Hunting for Hidden Treasure: PA Spring Fly Fishing
Hunting for Hidden Treasure: PA Spring Fly Fishing
If you’re like me, you enjoy scouring your maps looking for a promising “blue line” to explore & fish. It’s thrilling to think that you might find a potential gem of which most people are unaware. I sought a PA spring fly fishing spot with no crowds and many fish. I thought I found such a stream about one month ago and decided to do some prospecting.
Some Days Are a Bust
After taking an ill-advised drive down a snow-covered dirt road, and hiking for about two miles, I gazed at my destination. Winter still lingered on the March ground with patches of snow and ice, a gorgeous and rugged scene. Unfortunately, the fishing part of day disappointed – a few bites and zero fish to the net. “I’ll be back when things warm up,” I said to myself.
Second Chance
Yesterday I returned to this stream hoping to find hungry fish. Coming to my senses, I found an alternate route to an upstream section, reducing the hike to about one mile. It was no easy hike down a steep slope and through thick brush, but I could hear the stream in the distance growing louder, calling me.
I emerged from the brush, immediately stepping into the biggest pool in sight. “I would have liked to fish where my feet are,” I thought, but the thicket had other plans. Salvaging the riffle at the head of the pool, I did my best to sneak over to the opposite bank where the brush was sparser. After a winter of nymphing, I was eager to start this PA spring fly fishing excursion with a dry-dropper rig. A few casts in, I connected with a small trout. To my surprise, it was a brookie!

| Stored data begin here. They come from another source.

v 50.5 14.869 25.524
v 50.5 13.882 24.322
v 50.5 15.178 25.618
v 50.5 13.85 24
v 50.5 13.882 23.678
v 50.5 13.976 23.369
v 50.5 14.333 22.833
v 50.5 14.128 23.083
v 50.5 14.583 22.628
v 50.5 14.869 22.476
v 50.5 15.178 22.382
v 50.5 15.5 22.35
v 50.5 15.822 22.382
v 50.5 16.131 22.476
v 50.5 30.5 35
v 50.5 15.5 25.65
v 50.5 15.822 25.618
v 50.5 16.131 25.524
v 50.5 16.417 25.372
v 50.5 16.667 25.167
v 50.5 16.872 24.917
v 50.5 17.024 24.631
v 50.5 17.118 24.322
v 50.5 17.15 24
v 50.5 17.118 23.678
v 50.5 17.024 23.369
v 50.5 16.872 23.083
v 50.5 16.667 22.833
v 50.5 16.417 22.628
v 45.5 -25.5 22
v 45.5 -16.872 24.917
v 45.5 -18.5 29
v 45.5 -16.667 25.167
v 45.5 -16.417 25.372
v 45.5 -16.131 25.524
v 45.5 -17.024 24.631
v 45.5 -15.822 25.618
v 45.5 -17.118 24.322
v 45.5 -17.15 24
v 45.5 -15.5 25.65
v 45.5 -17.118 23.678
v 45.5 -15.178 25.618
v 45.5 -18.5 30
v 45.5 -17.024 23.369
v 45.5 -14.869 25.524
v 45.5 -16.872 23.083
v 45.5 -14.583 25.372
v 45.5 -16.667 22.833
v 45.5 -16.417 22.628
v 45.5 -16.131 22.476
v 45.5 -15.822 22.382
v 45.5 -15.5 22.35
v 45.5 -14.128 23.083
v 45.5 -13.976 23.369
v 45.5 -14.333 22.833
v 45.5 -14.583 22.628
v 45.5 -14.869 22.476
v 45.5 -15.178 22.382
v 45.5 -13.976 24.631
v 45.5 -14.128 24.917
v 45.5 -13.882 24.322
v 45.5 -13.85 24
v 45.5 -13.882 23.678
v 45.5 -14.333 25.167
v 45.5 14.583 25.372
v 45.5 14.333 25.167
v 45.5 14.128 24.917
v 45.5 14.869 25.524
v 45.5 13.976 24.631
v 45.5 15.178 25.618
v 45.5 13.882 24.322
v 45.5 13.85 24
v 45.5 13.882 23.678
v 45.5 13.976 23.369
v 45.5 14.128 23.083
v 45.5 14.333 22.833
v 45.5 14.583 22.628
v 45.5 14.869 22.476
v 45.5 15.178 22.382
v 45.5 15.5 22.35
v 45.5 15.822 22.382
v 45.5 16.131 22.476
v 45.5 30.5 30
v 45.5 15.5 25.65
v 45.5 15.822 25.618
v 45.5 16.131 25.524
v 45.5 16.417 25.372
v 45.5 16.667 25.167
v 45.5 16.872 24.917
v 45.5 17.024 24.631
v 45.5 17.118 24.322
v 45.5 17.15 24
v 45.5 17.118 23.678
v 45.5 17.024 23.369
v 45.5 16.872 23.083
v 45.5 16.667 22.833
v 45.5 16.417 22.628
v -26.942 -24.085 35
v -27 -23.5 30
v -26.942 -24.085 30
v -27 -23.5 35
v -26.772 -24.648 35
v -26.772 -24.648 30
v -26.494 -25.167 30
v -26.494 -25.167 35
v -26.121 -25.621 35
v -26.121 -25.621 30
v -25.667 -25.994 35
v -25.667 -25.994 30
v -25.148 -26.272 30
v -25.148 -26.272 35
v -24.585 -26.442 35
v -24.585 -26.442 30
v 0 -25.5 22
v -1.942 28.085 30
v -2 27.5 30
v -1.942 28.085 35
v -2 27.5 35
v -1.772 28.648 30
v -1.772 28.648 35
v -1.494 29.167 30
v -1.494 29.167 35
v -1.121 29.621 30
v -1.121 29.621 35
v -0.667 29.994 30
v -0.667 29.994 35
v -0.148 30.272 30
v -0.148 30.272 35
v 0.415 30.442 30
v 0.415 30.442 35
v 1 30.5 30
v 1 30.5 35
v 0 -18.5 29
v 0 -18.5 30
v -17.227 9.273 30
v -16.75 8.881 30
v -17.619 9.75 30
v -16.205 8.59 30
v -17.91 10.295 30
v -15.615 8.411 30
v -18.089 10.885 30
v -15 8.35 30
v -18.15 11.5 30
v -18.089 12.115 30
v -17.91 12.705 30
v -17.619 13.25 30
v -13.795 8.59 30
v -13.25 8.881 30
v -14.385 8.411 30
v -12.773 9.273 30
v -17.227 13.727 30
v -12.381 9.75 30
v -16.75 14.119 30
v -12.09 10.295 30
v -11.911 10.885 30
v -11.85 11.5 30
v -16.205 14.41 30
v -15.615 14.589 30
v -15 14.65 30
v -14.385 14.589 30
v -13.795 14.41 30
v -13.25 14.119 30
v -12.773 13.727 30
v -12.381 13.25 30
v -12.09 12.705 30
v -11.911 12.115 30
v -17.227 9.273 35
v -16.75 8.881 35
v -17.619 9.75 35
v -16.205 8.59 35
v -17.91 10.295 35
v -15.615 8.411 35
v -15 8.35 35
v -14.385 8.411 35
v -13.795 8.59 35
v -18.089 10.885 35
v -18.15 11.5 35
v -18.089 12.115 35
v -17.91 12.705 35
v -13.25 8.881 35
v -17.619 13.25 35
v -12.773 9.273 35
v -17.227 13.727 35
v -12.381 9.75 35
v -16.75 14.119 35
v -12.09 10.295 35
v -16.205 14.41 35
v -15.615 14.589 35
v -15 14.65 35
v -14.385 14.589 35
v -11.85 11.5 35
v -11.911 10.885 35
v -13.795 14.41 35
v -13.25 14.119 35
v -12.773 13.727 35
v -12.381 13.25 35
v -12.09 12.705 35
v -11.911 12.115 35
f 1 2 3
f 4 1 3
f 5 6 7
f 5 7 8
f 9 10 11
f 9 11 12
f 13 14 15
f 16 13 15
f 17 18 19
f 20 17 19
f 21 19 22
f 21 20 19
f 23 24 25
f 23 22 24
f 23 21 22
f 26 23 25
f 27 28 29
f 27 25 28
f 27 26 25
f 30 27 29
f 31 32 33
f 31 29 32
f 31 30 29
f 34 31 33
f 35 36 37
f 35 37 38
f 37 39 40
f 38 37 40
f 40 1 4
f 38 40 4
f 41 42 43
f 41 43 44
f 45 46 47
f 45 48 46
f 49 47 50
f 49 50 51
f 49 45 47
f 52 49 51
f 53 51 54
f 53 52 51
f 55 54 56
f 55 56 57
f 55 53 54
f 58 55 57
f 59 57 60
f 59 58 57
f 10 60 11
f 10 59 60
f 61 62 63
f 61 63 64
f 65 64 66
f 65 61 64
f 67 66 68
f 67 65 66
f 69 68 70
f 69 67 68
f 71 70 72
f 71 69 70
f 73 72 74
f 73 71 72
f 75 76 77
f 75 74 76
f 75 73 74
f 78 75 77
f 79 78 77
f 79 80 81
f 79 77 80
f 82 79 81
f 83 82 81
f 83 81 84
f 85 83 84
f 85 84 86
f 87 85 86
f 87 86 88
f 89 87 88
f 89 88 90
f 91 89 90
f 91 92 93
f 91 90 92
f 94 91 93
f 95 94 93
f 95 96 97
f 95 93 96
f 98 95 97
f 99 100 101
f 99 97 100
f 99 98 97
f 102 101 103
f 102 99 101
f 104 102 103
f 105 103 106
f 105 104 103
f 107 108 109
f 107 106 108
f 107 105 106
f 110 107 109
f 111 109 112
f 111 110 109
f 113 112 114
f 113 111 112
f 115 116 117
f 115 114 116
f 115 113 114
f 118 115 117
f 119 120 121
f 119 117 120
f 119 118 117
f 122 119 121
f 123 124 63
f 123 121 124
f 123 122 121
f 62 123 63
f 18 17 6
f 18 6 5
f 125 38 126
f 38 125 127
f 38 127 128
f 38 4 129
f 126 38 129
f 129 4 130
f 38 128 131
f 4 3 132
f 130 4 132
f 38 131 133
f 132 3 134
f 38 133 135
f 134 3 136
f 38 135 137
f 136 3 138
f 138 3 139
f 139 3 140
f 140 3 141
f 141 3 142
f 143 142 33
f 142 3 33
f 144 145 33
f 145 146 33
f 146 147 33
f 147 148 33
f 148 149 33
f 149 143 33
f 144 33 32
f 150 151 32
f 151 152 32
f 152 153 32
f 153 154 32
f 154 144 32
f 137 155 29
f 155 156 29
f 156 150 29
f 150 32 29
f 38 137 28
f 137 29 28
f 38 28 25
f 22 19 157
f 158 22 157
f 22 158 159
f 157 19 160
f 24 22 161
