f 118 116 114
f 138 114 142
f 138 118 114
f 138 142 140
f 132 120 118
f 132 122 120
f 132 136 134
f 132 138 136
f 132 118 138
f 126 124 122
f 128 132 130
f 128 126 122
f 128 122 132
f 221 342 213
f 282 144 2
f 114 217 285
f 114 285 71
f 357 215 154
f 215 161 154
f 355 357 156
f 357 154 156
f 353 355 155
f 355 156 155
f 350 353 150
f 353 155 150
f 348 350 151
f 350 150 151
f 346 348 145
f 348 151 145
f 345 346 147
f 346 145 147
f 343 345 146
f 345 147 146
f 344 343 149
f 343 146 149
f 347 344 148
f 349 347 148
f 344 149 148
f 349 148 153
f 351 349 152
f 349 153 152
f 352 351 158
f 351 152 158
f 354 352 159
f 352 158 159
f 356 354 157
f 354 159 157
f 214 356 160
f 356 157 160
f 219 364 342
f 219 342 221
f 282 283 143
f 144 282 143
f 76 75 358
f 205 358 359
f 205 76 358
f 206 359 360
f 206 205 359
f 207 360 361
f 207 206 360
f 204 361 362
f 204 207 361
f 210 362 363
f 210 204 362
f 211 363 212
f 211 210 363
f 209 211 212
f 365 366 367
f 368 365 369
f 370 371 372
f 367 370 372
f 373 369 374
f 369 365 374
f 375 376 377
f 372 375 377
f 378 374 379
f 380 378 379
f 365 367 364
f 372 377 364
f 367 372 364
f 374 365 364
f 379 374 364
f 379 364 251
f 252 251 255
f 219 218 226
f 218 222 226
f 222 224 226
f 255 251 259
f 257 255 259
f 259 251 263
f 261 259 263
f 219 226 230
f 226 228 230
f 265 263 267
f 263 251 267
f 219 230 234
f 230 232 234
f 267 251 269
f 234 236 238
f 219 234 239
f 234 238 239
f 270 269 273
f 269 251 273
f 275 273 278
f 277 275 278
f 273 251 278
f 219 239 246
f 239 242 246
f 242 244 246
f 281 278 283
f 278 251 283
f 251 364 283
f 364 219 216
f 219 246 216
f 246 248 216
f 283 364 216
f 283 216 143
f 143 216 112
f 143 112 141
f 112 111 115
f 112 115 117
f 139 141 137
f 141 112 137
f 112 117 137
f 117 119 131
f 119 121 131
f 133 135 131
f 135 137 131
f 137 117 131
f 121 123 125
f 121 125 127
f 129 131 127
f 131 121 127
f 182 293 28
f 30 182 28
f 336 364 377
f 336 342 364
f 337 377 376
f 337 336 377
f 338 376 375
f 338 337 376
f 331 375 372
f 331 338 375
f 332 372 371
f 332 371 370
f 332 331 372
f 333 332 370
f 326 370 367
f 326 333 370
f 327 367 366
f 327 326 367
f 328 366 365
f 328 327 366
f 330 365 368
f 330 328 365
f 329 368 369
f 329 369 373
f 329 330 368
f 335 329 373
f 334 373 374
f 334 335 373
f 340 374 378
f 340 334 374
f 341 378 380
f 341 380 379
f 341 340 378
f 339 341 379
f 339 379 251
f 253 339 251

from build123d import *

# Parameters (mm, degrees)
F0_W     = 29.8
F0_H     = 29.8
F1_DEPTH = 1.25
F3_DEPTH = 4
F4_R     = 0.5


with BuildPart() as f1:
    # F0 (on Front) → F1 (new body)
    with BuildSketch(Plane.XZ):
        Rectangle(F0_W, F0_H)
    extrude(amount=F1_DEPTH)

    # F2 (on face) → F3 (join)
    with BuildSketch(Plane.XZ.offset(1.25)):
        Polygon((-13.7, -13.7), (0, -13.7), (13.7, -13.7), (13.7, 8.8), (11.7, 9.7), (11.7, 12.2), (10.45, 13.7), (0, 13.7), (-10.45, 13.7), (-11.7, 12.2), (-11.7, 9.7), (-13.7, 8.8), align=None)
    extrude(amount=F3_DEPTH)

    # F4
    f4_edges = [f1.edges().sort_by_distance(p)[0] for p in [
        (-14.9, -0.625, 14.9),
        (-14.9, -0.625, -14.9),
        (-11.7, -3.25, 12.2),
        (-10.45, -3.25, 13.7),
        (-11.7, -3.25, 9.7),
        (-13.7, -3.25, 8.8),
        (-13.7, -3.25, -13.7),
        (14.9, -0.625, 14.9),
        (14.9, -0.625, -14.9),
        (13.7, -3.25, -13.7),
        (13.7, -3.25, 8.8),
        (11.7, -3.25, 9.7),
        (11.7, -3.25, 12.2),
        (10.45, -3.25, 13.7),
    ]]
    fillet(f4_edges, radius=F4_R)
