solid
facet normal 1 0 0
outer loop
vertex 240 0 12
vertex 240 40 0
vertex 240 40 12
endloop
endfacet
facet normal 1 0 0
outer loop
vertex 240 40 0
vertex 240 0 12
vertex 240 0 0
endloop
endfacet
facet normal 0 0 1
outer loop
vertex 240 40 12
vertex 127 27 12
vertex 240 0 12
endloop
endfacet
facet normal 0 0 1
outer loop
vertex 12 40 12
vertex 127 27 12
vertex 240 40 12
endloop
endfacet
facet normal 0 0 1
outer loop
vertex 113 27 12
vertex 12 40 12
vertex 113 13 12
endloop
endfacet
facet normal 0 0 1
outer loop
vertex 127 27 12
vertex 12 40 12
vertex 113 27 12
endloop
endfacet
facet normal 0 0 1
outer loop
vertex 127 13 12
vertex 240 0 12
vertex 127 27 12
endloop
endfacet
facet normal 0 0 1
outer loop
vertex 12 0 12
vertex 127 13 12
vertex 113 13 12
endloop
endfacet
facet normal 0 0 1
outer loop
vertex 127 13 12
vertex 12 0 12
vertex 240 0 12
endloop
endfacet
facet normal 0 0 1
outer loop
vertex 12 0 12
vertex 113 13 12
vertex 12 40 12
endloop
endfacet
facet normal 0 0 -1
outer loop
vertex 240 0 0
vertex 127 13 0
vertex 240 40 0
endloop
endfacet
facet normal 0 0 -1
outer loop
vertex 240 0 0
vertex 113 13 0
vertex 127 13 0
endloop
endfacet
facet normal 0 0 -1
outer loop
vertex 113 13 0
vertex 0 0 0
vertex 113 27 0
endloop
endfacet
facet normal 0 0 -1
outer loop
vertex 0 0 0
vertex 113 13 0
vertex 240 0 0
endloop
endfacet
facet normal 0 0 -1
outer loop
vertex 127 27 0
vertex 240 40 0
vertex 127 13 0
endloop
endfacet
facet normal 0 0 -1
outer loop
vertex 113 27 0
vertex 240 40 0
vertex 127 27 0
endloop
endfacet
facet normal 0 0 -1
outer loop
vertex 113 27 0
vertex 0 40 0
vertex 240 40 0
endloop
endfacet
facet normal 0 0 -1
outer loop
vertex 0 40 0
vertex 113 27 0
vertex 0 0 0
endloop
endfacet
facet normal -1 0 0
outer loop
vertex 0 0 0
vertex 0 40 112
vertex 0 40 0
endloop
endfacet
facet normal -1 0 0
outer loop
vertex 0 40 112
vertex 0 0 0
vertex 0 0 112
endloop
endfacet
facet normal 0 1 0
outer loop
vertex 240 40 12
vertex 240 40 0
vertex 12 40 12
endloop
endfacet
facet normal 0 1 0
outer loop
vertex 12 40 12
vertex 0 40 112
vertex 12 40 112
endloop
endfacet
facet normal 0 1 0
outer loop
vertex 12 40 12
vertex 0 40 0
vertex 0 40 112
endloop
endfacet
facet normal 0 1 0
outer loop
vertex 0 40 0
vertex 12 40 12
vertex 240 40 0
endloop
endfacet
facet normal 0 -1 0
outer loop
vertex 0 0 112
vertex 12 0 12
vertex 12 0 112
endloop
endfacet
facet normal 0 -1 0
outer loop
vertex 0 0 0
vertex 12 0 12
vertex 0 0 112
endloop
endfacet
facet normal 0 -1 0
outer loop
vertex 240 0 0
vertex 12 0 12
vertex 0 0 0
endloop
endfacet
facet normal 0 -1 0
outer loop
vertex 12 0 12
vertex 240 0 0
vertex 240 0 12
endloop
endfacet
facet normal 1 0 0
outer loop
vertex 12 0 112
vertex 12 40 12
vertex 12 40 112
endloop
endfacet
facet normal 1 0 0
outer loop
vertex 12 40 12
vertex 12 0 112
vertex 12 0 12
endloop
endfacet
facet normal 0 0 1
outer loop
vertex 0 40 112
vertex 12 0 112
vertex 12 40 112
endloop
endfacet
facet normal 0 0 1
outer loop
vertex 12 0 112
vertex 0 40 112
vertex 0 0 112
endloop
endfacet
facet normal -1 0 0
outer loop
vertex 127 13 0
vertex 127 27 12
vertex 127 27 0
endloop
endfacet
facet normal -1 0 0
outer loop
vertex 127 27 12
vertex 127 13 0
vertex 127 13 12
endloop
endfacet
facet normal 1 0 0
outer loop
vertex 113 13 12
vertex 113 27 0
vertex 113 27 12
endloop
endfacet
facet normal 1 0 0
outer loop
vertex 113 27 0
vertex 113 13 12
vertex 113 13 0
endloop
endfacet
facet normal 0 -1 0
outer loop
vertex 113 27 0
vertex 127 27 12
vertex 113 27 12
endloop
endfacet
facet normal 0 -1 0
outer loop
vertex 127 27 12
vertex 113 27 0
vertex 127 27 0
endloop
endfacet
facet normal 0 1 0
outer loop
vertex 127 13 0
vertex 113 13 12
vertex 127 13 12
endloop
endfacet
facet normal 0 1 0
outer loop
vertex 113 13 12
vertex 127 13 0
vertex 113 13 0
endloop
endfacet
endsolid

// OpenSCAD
$fn = 32;

// ----------------------------------------------------------------------
// Gantry bracket: 200-250 mm L bracket
// ----------------------------------------------------------------------

// --- parameters (mm) ---
base_l = 240;             // base arm length, X
arm_w = 40;               // arm width, Y
thick = 12;               // arm thickness
up_h = 100;               // vertical arm height, Z
slot_w = 14;              // adjustment slot width in the base

total_h = up_h + thick;  // overall height

difference() {
  union() {
    cube([base_l, arm_w, thick]);
    cube([thick, arm_w, total_h]);
  }
  translate([base_l / 2 - slot_w / 2, arm_w / 2 - slot_w / 2, -1])
    cube([slot_w, slot_w, thick + 2]);
}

That was one of two native brookies on the day, and several wild brown trout. After thoroughly working the pool, I hiked downstream for about a mile until I reached a small clearing. Here I witnessed the first major hatch of Hendricksons this season.

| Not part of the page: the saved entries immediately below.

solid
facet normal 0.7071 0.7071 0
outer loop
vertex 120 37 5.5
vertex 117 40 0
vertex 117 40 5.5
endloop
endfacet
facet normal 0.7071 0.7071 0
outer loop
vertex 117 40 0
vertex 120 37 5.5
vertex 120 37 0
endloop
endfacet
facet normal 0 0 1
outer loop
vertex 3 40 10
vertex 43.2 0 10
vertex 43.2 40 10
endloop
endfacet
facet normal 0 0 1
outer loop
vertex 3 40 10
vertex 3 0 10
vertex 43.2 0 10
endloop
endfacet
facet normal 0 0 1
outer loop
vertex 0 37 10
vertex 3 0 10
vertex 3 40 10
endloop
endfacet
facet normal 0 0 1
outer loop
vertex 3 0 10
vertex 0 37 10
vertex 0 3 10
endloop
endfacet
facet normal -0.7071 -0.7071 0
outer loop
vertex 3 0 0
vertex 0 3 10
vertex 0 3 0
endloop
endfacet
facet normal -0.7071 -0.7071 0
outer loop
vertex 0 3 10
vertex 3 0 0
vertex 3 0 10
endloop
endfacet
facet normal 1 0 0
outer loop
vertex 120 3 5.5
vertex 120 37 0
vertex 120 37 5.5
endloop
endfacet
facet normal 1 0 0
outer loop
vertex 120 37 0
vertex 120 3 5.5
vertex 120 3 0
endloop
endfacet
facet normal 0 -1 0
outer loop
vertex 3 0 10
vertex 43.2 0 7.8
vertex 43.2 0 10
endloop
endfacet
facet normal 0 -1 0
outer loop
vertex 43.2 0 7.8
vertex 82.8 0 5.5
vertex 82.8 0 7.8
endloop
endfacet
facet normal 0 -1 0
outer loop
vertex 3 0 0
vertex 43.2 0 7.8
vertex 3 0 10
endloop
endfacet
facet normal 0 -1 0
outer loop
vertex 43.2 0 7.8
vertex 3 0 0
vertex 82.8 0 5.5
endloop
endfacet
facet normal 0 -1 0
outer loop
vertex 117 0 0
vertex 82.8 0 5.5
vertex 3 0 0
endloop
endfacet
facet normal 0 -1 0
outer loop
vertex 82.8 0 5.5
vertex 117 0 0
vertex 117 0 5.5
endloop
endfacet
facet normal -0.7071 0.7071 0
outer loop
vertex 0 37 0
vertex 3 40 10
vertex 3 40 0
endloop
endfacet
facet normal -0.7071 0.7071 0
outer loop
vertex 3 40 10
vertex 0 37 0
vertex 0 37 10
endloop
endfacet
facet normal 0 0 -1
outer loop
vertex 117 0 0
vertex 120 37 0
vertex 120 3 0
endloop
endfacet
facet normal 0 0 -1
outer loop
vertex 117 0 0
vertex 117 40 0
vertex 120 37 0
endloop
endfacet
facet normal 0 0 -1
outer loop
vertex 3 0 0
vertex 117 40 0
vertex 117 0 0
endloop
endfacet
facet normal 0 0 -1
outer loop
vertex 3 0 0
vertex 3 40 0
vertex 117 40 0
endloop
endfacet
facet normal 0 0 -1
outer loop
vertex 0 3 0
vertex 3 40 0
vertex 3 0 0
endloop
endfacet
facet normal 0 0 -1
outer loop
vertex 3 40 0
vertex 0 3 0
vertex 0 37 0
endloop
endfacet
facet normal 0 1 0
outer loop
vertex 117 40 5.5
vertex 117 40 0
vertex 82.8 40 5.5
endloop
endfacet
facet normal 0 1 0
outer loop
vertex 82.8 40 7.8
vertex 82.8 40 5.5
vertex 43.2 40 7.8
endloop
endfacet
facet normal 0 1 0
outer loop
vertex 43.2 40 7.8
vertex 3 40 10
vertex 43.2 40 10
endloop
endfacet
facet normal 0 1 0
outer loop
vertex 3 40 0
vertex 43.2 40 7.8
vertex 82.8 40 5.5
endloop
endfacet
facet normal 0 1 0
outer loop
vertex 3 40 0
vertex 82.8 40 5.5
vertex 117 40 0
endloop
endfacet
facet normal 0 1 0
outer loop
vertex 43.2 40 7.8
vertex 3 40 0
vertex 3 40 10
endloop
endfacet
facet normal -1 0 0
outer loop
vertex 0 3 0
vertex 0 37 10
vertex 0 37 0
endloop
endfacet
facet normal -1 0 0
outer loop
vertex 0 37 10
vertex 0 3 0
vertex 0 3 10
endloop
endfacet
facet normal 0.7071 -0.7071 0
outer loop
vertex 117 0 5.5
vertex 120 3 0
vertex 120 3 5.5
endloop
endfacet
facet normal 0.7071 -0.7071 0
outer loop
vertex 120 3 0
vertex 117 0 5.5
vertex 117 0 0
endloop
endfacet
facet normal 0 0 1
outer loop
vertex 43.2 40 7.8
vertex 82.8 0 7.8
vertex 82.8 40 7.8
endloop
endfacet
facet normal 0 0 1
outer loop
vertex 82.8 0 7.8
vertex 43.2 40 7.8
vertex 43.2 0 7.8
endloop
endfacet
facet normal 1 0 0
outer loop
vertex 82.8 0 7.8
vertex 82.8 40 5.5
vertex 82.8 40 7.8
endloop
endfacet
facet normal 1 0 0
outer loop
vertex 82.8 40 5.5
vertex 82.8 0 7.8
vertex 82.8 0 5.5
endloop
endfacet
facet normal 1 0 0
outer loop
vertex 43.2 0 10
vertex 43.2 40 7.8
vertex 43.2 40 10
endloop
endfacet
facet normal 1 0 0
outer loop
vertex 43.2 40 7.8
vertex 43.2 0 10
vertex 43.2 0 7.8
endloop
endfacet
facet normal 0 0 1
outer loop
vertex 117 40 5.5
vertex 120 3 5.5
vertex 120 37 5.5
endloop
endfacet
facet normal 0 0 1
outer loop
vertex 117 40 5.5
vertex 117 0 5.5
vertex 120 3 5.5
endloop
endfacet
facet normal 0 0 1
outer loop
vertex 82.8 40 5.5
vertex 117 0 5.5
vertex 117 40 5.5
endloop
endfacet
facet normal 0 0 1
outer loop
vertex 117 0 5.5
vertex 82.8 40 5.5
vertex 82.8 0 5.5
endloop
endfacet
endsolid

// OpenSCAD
$fn = 32;

// ----------------------------------------------------------------------
// Stepped bar: twostep, 120 x 40 x 10/5.5 mm
// ----------------------------------------------------------------------

// --- parameters (mm) ---
bar_l = 120;              // bar length, X
bar_w = 40;               // bar width, Y
plate_t = 10;             // thickness of the thick zone, Z
thin_t = 5.5;             // thickness of the thin zone
corner_c = 3;             // corner chamfer of the bar
step_cut = 4.5;           // material removed from the thin zone
stair1_x = 43.2;          // position of the first stair
stair2_x = 82.8;          // position of the second stair
mid_t = 7.8;              // thickness of the middle zone
depth_1 = 2.2;            // depth of cut 1 from the top face
depth_2 = 4.5;            // depth of cut 2 from the top face

profile = [[3, 0], [117, 0], [120, 3], [120, 37], [117, 40], [3, 40], [0, 37], [0, 3]];  // primary outline, 8 points, counter clockwise
void_1 = [[43.2, -1], [82.8, -1], [82.8, 41], [43.2, 41]];  // first stair, 4 points
void_2 = [[82.8, -1], [121, -1], [121, 41], [82.8, 41]];  // second stair, 4 points

// --- the one profile operation ---
difference() {
  linear_extrude(height = plate_t) polygon(points = profile);
  translate([0, 0, plate_t - depth_1])
    linear_extrude(height = depth_1 + 1) polygon(points = void_1);
  translate([0, 0, plate_t - depth_2])
    linear_extrude(height = depth_2 + 1) polygon(points = void_2);
}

PA Spring Fly Fishing – “Early Grays”
There were also BWO’s, blue quills, another distinct Mayfly that I couldn’t quite make out, and a few small caddis. This place is a bug factory! “I’ve got to tie on an Adams,” I thought. Sometimes the classic patterns produce results and that was certainly the case yesterday! The Adams is a great imitation of most early mayflies, the so-called “early grays.” Just about every single riffle, run, and pool produced several fish on the surface, all the way back to my entry point. Some days you lose, and some days you hit the motherlode.